A recent discovery of organic matter on Mars led to the detection of a compound, thiophene, that is also native to Earth. Scientists have been studying the Martian compound to learn more about life there and to uncover any further connections with Earth.

It’s just another breakthrough on a long list of space discoveries over the past half-century that give us a better understanding of our solar system, and how the 7.6 billion people of Earth fit in with the inestimable pieces of matter in the universe.

Clues That Offer Hints About Martian Life

While making observations on the surface of Mars in 2018, NASA’s Curiosity rover found “tough” organic molecules in 3-billion-year-old mudstone — a fine-grained sedimentary rock — in the planet’s Gale Crater. Mars’ inhospitable surface couldn’t sustain life today, but the data collected from the molecules showed that a water lake inside Gale Crater had the necessary ingredients for chemical building blocks and an energy source, enough to kick-start some form of life.

As NASA noted at the time of the rover’s discovery, although organic molecules hold carbon and hydrogen — or oxygen, nitrogen and other elements — the molecules from the mudstone don’t necessarily suggest there was ever life on the planet.
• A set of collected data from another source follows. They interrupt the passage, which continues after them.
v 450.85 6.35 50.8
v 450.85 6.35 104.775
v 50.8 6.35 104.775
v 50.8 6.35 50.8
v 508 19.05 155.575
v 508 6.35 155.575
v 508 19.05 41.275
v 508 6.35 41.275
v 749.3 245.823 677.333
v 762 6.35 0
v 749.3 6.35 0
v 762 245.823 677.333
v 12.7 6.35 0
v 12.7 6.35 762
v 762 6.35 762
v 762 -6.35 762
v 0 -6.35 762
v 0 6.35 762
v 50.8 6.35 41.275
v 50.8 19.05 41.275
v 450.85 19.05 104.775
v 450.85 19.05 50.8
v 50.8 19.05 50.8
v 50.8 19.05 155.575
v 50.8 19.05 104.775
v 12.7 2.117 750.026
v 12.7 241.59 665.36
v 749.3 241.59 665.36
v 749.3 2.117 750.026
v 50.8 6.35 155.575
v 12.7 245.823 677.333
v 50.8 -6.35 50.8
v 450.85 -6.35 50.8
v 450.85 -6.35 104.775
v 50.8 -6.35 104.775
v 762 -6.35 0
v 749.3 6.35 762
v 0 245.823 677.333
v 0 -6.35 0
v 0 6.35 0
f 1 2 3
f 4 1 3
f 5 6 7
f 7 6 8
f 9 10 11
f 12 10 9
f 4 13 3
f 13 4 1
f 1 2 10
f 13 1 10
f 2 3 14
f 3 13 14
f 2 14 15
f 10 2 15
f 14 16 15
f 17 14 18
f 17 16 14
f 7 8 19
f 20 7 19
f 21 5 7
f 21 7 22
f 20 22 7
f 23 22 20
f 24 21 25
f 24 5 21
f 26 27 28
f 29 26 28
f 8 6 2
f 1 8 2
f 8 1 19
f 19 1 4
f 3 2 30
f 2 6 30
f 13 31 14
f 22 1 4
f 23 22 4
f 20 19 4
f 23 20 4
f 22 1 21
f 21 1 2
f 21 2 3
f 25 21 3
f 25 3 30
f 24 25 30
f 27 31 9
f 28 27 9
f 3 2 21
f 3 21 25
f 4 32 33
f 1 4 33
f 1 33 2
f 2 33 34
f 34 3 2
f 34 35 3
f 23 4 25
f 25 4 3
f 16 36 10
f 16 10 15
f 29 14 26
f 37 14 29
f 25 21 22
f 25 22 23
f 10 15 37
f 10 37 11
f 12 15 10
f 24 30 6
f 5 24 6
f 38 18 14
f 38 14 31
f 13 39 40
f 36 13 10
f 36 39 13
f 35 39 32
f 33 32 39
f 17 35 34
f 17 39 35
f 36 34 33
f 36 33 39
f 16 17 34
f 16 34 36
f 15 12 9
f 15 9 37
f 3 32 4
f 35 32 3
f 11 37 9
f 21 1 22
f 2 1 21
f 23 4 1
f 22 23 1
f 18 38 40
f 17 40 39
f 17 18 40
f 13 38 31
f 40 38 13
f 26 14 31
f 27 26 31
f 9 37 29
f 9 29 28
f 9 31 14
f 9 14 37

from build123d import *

# Parameters (mm, degrees)
F0_W      = 400.05
F0_H      = 53.975
F1_DEPTH  = 6.35
F3_DEPTH  = 6.35
F4_W      = 400.05
F4_H      = 53.975
F5_DEPTH  = 12.7
F6_DEPTH  = 12.7
F8_DEPTH  = 12.7
F10_DEPTH = 12.7
F11_W     = 736.6
F11_H     = 254
F12_DEPTH = 12.7


with BuildPart() as f1:
    # F0 (on Front) → F1 (new body)
    with BuildSketch(Plane.XZ):
        Polygon((0, 762), (0, 0), (50.8, 0), (762, 0), (762, 762), align=None)
        with Locations((250.825, 77.7875)):
            Rectangle(F0_W, F0_H, mode=Mode.SUBTRACT)
    extrude(amount=F1_DEPTH)

    # F3 (add): a face of the model
    f3_faces = [f1.faces().sort_by_distance(p)[0] for p in [
        (386.0278562155, 0, 392.711226063),
    ]]
    extrude(f3_faces, amount=F3_DEPTH)

    # F9 (on face) → F10 (join)
    with BuildSketch(Plane(origin=(0, 0, 0), x_dir=(0, -1, 0), z_dir=(-1, 0, 0))):
        Polygon((-6.35, 0), (-6.35, 762), (-245.8234965618, 677.3333333333), align=None)
    extrude(amount=-F10_DEPTH)


with BuildPart() as f5:
    # F4 (on face) → F5 (new body)
    with BuildSketch(Plane(origin=(0, 6.35, 0), x_dir=(-1, 0, 0), z_dir=(0, 1, 0))):
        with Locations((-250.825, 77.7875)):
            Rectangle(F4_W, F4_H)
    extrude(amount=F5_DEPTH)


with BuildPart() as f6:
    # F4 (on face) → F6 (new body)
    with BuildSketch(Plane(origin=(0, 6.35, 0), x_dir=(-1, 0, 0), z_dir=(0, 1, 0))):
        Polygon((-450.85, 104.775), (-50.8, 104.775), (-50.8, 155.575), (-508, 155.575), (-508, 41.275), (-50.8, 41.275), (-50.8, 50.8), (-450.85, 50.8), align=None)
    extrude(amount=F6_DEPTH)


with BuildPart() as f8:
    # F7 (on face) → F8 (new body)
    with BuildSketch(Plane.YZ.offset(762)):
        Polygon((245.8234965618, 677.3333333333), (6.35, 762), (6.35, 0), align=None)
    extrude(amount=-F8_DEPTH)


with BuildPart() as f12:
    # F11 (on face) → F12 (new body)
    with BuildSketch(Plane(origin=(0, 240.1790521174, 679.3289458047), x_dir=(1, 0, 0), z_dir=(0, 0.3333333333, 0.9428090416))):
        with Locations((381, -121.013162586)):
            Rectangle(F11_W, F11_H)
    extrude(amount=-F12_DEPTH)


solid = Compound([f1.part, f5.part, f6.part, f8.part, f12.part])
Organic molecules can also be formed by non-biological processes, NASA added.

Still, a study of those observations back here on Earth has recently captured attention because of what’s been found in the organic matter on Mars: the heterocyclic compound thiophene. (A heterocyclic compound has atoms of at least two different elements.) Astrobiologists Dirk Schulze‑Makuch of Washington State University and Jacob Heinz of Technische Universität in Berlin believe the presence of thiophenes could point to the presence of early life on Mars.

As they outlined this year in the peer-reviewed journal Astrobiology, Schulze‑Makuch and Heinz’s study of the organic matter suggests that a biological process that probably involved bacteria might have played a hand in the compound’s existence on Mars.
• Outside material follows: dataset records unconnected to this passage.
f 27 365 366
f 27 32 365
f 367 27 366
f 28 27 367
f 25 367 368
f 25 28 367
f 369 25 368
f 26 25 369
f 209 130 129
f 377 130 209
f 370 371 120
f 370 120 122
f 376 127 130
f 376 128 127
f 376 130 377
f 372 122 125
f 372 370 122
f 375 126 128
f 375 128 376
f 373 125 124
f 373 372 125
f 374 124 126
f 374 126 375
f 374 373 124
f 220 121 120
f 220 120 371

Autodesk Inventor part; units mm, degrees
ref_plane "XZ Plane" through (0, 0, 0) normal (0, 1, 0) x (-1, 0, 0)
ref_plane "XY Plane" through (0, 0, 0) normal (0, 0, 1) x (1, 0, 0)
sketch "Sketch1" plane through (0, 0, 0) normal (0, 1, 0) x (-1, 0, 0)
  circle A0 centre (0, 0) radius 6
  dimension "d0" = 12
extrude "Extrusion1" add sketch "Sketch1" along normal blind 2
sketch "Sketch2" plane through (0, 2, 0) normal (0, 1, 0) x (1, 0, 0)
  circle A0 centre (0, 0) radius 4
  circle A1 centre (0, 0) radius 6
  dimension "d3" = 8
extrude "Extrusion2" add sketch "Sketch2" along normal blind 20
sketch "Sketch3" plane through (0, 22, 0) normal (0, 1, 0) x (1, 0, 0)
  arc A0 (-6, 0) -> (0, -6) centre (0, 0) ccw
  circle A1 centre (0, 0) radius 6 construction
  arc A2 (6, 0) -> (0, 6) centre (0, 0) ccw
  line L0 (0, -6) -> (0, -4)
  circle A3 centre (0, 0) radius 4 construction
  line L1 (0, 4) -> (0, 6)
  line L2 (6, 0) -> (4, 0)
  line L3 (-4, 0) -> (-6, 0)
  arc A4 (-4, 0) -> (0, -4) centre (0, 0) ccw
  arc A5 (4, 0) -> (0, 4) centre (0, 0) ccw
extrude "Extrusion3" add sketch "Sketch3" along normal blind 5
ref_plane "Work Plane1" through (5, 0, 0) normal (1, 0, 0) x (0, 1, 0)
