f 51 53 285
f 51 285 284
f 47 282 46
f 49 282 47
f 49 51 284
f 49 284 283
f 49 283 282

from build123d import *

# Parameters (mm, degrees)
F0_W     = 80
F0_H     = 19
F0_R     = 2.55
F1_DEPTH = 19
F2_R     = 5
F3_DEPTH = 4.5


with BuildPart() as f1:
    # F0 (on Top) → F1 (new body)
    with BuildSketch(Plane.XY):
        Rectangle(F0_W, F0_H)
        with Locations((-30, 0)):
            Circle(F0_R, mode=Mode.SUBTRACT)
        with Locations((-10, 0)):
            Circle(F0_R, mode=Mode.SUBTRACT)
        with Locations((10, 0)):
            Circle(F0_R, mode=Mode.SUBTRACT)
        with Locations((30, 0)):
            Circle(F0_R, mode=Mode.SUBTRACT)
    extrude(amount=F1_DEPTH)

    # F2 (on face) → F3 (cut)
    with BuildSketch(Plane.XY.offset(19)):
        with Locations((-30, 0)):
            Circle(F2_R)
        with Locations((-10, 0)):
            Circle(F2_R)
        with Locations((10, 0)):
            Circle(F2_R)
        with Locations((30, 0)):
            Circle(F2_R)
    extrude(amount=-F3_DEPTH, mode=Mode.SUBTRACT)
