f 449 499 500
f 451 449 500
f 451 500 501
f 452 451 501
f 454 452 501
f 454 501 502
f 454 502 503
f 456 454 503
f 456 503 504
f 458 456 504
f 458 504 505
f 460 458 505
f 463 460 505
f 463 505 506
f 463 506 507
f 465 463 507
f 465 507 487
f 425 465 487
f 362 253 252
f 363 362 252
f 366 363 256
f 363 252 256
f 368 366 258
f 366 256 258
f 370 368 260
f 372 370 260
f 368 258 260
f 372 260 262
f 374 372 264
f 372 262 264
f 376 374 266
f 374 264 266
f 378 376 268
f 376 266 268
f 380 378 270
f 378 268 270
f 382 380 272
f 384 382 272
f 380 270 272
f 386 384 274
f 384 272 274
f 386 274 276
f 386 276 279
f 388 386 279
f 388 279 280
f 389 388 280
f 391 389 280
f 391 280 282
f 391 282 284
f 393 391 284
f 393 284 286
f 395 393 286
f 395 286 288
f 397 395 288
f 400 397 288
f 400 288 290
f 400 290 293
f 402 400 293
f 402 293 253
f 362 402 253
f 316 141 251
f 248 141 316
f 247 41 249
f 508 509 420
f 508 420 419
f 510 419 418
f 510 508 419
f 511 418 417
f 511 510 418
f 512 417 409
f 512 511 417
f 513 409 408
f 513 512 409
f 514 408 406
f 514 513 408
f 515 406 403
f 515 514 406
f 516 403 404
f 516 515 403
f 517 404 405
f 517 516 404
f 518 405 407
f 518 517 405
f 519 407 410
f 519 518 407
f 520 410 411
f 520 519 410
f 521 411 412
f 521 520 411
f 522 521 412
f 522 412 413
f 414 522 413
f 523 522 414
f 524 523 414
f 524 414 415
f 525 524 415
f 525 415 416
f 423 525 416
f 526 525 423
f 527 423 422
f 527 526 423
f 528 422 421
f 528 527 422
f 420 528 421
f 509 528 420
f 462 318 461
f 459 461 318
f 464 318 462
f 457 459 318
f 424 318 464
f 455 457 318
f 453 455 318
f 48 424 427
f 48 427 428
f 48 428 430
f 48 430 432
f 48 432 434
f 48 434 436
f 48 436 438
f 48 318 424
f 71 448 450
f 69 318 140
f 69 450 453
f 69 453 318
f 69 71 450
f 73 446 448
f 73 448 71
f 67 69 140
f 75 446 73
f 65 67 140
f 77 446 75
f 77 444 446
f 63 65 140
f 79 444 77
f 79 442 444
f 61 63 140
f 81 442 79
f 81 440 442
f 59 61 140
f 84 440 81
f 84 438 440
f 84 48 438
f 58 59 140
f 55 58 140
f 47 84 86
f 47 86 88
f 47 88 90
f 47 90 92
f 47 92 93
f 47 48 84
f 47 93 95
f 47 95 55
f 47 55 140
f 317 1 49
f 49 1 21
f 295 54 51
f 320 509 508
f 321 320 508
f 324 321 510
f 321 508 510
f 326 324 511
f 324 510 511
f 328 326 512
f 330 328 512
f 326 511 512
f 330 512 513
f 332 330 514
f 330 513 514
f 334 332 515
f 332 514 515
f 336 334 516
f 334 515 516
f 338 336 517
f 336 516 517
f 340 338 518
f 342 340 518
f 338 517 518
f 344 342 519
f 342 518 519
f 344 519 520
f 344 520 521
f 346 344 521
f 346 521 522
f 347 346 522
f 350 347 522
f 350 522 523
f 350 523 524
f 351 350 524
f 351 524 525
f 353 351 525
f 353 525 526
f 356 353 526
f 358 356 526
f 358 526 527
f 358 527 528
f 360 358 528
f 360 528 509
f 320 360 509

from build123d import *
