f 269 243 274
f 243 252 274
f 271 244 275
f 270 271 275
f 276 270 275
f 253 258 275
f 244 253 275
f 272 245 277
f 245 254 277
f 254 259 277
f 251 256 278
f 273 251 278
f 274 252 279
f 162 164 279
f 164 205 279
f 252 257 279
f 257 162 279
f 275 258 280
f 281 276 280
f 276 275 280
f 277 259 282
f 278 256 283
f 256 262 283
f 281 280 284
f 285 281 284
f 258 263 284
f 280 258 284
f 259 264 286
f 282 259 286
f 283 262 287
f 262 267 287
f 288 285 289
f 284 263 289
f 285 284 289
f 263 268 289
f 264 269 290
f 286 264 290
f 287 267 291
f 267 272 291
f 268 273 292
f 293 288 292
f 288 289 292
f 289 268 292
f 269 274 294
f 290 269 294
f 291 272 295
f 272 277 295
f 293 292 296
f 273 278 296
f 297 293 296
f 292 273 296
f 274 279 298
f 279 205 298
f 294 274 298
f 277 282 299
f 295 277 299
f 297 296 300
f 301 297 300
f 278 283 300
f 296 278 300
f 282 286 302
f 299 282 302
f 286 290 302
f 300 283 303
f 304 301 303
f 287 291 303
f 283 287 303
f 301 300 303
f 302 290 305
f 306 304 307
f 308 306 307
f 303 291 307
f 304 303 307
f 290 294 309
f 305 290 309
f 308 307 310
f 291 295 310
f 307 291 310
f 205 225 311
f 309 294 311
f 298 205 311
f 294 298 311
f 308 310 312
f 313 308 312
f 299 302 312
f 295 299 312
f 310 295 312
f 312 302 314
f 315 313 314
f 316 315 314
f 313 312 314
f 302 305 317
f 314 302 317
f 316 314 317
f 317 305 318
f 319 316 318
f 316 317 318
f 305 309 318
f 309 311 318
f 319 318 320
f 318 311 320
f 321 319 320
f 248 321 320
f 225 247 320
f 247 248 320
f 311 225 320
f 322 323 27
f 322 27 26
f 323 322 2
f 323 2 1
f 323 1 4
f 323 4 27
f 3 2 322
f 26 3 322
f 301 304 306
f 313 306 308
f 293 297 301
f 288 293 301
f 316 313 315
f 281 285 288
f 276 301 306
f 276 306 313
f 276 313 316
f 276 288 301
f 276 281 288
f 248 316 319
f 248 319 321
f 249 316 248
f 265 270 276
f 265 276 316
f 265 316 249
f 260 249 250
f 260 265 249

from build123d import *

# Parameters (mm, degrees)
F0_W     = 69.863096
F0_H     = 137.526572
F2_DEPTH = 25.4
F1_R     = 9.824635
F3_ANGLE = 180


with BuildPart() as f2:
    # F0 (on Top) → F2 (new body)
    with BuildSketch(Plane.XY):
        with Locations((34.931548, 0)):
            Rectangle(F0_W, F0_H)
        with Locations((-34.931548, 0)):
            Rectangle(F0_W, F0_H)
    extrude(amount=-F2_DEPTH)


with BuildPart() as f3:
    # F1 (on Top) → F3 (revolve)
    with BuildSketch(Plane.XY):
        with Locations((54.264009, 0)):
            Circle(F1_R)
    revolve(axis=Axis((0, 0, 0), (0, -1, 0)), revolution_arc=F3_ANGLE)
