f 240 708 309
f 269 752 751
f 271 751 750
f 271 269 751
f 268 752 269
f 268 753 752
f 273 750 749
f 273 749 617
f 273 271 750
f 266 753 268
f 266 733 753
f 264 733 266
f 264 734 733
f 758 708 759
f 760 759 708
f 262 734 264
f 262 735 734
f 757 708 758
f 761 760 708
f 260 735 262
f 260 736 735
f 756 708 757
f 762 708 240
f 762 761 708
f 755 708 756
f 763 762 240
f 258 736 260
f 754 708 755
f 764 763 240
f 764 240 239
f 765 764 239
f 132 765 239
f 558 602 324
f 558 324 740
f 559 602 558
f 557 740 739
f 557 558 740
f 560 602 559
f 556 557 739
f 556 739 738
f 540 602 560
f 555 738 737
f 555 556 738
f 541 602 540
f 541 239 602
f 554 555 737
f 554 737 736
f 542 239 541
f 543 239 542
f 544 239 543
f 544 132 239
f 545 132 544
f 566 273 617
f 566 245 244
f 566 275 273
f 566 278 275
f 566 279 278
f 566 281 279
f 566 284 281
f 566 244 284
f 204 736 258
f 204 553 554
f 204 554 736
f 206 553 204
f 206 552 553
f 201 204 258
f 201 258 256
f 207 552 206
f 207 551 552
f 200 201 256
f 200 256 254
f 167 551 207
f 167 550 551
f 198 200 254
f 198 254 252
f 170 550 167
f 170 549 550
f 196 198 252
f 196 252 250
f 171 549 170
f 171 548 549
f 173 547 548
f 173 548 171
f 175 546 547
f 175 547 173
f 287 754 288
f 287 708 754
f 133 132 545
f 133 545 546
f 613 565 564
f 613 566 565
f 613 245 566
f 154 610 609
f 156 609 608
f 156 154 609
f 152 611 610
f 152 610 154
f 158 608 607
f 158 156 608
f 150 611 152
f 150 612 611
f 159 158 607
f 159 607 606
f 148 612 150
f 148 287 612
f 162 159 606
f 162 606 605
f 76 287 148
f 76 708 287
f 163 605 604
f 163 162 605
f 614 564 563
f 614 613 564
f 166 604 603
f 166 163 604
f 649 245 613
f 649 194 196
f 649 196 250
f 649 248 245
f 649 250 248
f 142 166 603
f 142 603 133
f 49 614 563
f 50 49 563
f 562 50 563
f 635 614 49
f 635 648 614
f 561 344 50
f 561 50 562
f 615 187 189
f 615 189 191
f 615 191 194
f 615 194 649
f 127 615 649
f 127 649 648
“We identified several biological pathways for thiophenes that seem more likely than chemical ones, but we still need proof,” Schulze‑Makuch told the Insider of Washington State University. “If you find thiophenes on Earth, then you would think they are biological, but on Mars, of course, the bar to prove that has to be quite a bit higher.”
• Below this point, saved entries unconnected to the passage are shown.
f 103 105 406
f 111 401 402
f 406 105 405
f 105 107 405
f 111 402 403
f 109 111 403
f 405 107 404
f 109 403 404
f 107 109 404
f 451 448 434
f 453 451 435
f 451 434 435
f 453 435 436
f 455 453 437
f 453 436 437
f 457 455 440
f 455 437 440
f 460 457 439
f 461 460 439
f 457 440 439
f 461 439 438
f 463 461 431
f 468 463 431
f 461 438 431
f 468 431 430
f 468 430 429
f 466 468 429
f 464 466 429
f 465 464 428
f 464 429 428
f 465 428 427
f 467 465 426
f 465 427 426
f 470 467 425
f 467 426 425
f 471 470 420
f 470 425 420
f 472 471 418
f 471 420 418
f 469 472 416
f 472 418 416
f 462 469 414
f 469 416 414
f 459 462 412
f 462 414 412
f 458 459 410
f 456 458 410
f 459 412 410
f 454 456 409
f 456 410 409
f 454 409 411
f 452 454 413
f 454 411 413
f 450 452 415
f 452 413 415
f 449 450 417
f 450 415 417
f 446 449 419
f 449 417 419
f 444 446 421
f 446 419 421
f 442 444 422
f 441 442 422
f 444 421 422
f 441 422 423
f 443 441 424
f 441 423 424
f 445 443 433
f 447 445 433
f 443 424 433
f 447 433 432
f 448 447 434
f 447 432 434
Coal, crude oil and even white truffles that are found on Earth contain thiophenes. As the Insider notes, thiophene molecules hold four carbon atoms and a sulfur atom arranged in a ring. Although carbon and sulfur are bio‑essential elements, Schulze‑Makuch and Heinz couldn’t definitively rule out any non‑biological processes creating the compounds on Mars.

One such possibility is that a meteor crashing into Mars created a non-biological condition for the organic compound to develop. Another possibility is a process known as thermochemical sulfate reduction, in which a set of compounds is heated to 248 degrees Fahrenheit or higher.

Yet, the astrobiologists also don’t preclude the idea that when Mars was warmer and wetter more than 3 billion years ago, the groundwork for a biological kind of sulfate reduction process could have formed thiophenes.

Opportunities for More Space Discoveries

Further studies of Mars will hopefully discover more elements of the planet that could reveal even more about what formed its landscape and what conditions unfolded to possibly create and sustain life there. And as the astrobiologists’ study shows, there may be more connections between Earth and Mars. Still, scientists that they are, Schulze‑Makuch and Heinz urge holding back on speculation until Mars can be studied up close by humans.

“As Carl Sagan said ‘extraordinary claims require extraordinary evidence,'” Schulze‑Makuch told the Insider. “I think the proof will really require that we actually send people there, and an astronaut looks through a microscope and sees a moving microbe.”